*Supplied material:*
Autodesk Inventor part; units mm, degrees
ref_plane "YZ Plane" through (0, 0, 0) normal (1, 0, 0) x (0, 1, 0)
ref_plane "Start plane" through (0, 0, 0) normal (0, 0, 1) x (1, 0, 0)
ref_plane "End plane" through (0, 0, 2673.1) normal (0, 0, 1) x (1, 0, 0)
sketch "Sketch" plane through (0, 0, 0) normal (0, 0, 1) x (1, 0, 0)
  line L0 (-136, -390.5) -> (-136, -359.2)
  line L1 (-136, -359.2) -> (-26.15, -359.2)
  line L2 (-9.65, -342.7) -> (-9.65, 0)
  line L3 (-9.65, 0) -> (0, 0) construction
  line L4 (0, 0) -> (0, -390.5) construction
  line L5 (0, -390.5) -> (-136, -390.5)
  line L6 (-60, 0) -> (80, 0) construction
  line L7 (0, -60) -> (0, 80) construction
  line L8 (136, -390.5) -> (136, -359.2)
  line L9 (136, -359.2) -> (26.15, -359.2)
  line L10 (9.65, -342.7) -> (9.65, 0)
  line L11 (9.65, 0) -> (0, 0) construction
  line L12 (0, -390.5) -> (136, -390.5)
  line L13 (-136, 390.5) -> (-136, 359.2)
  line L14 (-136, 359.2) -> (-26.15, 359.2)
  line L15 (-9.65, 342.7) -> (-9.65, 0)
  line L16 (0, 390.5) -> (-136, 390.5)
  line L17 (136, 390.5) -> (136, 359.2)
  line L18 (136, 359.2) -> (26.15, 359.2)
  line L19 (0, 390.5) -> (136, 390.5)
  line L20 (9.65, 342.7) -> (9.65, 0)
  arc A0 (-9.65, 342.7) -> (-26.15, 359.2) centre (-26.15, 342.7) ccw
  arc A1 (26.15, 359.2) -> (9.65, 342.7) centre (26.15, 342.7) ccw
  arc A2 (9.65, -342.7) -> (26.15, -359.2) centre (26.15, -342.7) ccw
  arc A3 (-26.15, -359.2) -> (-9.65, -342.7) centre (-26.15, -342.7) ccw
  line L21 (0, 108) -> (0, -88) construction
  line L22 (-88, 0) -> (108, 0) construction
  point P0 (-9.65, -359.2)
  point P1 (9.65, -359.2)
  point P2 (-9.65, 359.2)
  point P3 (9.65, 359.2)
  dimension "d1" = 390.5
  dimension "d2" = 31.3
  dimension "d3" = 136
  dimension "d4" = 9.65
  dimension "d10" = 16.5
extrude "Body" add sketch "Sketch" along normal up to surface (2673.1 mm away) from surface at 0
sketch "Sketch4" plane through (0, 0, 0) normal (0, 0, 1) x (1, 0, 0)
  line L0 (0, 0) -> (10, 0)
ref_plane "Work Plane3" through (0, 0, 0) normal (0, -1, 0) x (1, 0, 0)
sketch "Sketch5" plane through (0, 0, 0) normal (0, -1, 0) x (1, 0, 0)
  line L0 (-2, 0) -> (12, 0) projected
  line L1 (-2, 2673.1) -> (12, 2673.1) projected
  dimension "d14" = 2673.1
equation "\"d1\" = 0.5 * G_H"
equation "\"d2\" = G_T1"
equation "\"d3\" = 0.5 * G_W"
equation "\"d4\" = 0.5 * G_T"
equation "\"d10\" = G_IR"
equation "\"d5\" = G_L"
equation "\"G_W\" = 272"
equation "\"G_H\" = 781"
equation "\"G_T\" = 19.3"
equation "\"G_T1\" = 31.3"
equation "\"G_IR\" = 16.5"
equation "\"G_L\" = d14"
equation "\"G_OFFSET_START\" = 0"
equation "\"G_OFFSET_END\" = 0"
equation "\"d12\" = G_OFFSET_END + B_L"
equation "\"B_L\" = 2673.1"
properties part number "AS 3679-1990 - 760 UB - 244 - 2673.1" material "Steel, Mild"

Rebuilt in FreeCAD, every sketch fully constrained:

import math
import FreeCAD as App
import Part
import Sketcher
Q = App.Units.Quantity

doc = App.newDocument("Part")
params = doc.addObject("Spreadsheet::Sheet", "Params")
for row, (alias, value) in enumerate([
    ("sketch1_radius", "16.5 mm"),
    ("sketch1_height", "31.3 mm"),
    ("pad1_length", "2673.1 mm"),
], start=1):
    params.set(f"A{row}", alias)
    params.set(f"B{row}", "=" + value)
    params.setAlias(f"B{row}", alias)

body = doc.addObject("PartDesign::Body", "Body")

# Sketch on XY plane
sketch1 = doc.addObject("Sketcher::SketchObject", "Sketch")
body.addObject(sketch1)
sketch1.AttachmentSupport = (doc.XY_Plane, [""])
sketch1.MapMode = "FlatFace"
sketch1.addGeometry(Part.LineSegment(App.Vector(-136, -359.2, 0), App.Vector(-136, -390.5, 0)), False)
sketch1.addGeometry(Part.LineSegment(App.Vector(-136, -390.5, 0), App.Vector(136, -390.5, 0)), False)
sketch1.addGeometry(Part.LineSegment(App.Vector(136, -390.5, 0), App.Vector(136, -359.2, 0)), False)
sketch1.addGeometry(Part.LineSegment(App.Vector(136, -359.2, 0), App.Vector(26.15, -359.2, 0)), False)
sketch1.addGeometry(Part.ArcOfCircle(Part.Circle(App.Vector(26.15, -342.7, 0), App.Vector(0, 0, 1), 16.5), math.radians(180), math.radians(270)), False)
sketch1.addGeometry(Part.LineSegment(App.Vector(9.65, -342.7, 0), App.Vector(9.65, 342.7, 0)), False)
sketch1.addGeometry(Part.ArcOfCircle(Part.Circle(App.Vector(26.15, 342.7, 0), App.Vector(0, 0, 1), 16.5), math.radians(90), math.radians(180)), False)
sketch1.addGeometry(Part.LineSegment(App.Vector(26.15, 359.2, 0), App.Vector(136, 359.2, 0)), False)
sketch1.addGeometry(Part.LineSegment(App.Vector(136, 359.2, 0), App.Vector(136, 390.5, 0)), False)
sketch1.addGeometry(Part.LineSegment(App.Vector(136, 390.5, 0), App.Vector(-136, 390.5, 0)), False)
sketch1.addGeometry(Part.LineSegment(App.Vector(-136, 390.5, 0), App.Vector(-136, 359.2, 0)), False)
sketch1.addGeometry(Part.LineSegment(App.Vector(-136, 359.2, 0), App.Vector(-26.15, 359.2, 0)), False)
sketch1.addGeometry(Part.ArcOfCircle(Part.Circle(App.Vector(-26.15, 342.7, 0), App.Vector(0, 0, 1), 16.5), math.radians(0), math.radians(90)), False)
sketch1.addGeometry(Part.LineSegment(App.Vector(-9.65, 342.7, 0), App.Vector(-9.65, -342.7, 0)), False)
sketch1.addGeometry(Part.ArcOfCircle(Part.Circle(App.Vector(-26.15, -342.7, 0), App.Vector(0, 0, 1), 16.5), math.radians(-90), math.radians(0)), False)
sketch1.addGeometry(Part.LineSegment(App.Vector(-26.15, -359.2, 0), App.Vector(-136, -359.2, 0)), False)
sketch1.addConstraint(Sketcher.Constraint("Coincident", 0, 2, 1, 1))
sketch1.addConstraint(Sketcher.Constraint("Coincident", 1, 2, 2, 1))
sketch1.addConstraint(Sketcher.Constraint("Coincident", 2, 2, 3, 1))
sketch1.addConstraint(Sketcher.Constraint("Tangent", 3, 2, 4, 2))
sketch1.addConstraint(Sketcher.Constraint("Tangent", 4, 1, 5, 1))
sketch1.addConstraint(Sketcher.Constraint("Tangent", 5, 2, 6, 2))
sketch1.addConstraint(Sketcher.Constraint("Tangent", 6, 1, 7, 1))
sketch1.addConstraint(Sketcher.Constraint("Coincident", 7, 2, 8, 1))
sketch1.addConstraint(Sketcher.Constraint("Coincident", 8, 2, 9, 1))
sketch1.addConstraint(Sketcher.Constraint("Coincident", 9, 2, 10, 1))
sketch1.addConstraint(Sketcher.Constraint("Coincident", 10, 2, 11, 1))
sketch1.addConstraint(Sketcher.Constraint("Tangent", 11, 2, 12, 2))
sketch1.addConstraint(Sketcher.Constraint("Tangent", 12, 1, 13, 1))
sketch1.addConstraint(Sketcher.Constraint("Tangent", 13, 2, 14, 2))
sketch1.addConstraint(Sketcher.Constraint("Tangent", 14, 1, 15, 1))
sketch1.addConstraint(Sketcher.Constraint("Coincident", 15, 2, 0, 1))
sketch1.addConstraint(Sketcher.Constraint("Vertical", 0))
sketch1.addConstraint(Sketcher.Constraint("Horizontal", 1))
sketch1.addConstraint(Sketcher.Constraint("Vertical", 2))
sketch1.addConstraint(Sketcher.Constraint("Horizontal", 3))
sketch1.addConstraint(Sketcher.Constraint("Vertical", 5))
sketch1.addConstraint(Sketcher.Constraint("Horizontal", 7))
sketch1.addConstraint(Sketcher.Constraint("Vertical", 8))
sketch1.addConstraint(Sketcher.Constraint("Horizontal", 9))
sketch1.addConstraint(Sketcher.Constraint("Vertical", 10))
sketch1.addConstraint(Sketcher.Constraint("Horizontal", 11))
sketch1.addConstraint(Sketcher.Constraint("Vertical", 13))
sketch1.addConstraint(Sketcher.Constraint("Horizontal", 15))
sketch1.addConstraint(Sketcher.Constraint("Equal", 4, 6))
sketch1.addConstraint(Sketcher.Constraint("Equal", 6, 12))
sketch1.addConstraint(Sketcher.Constraint("Equal", 12, 14))
sketch1.addConstraint(Sketcher.Constraint("Symmetric", 4, 3, 12, 3, -1, 1))
sketch1.addConstraint(Sketcher.Constraint("Symmetric", 0, 2, 8, 2, -1, 1))
sketch1.addConstraint(Sketcher.Constraint("Symmetric", 7, 2, 10, 2, -2))
sketch1.addConstraint(Sketcher.Constraint("Symmetric", 2, 2, 15, 2, -2))
sketch1.addConstraint(Sketcher.Constraint("Radius", 4, Q("16.5 mm")))
sketch1.addConstraint(Sketcher.Constraint("DistanceY", 0, 2, 0, 1, Q("31.3 mm")))
sketch1.addConstraint(Sketcher.Constraint("DistanceX", 0, 2, -1, 1, Q("136 mm")))
sketch1.addConstraint(Sketcher.Constraint("DistanceY", 0, 2, -1, 1, Q("390.5 mm")))
sketch1.addConstraint(Sketcher.Constraint("DistanceX", -1, 1, 4, 1, Q("9.65 mm")))
sketch1.setExpression("Constraints[35]", "Params.sketch1_radius")
sketch1.setExpression("Constraints[36]", "Params.sketch1_height")
pad1 = doc.addObject("PartDesign::Pad", "Pad")
body.addObject(pad1)
pad1.Profile = sketch1
pad1.setExpression("Length", "Params.pad1_length")

doc.recompute()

*Activity:* Check each line of the records for the word "construction" and extract those that contain it.

*Problem solution:*
  line L3 (-9.65, 0) -> (0, 0) construction
  line L4 (0, 0) -> (0, -390.5) construction
  line L6 (-60, 0) -> (80, 0) construction
  line L7 (0, -60) -> (0, 80) construction
  line L11 (9.65, 0) -> (0, 0) construction
  line L21 (0, 108) -> (0, -88) construction
  line L22 (-88, 0) -> (108, 0) construction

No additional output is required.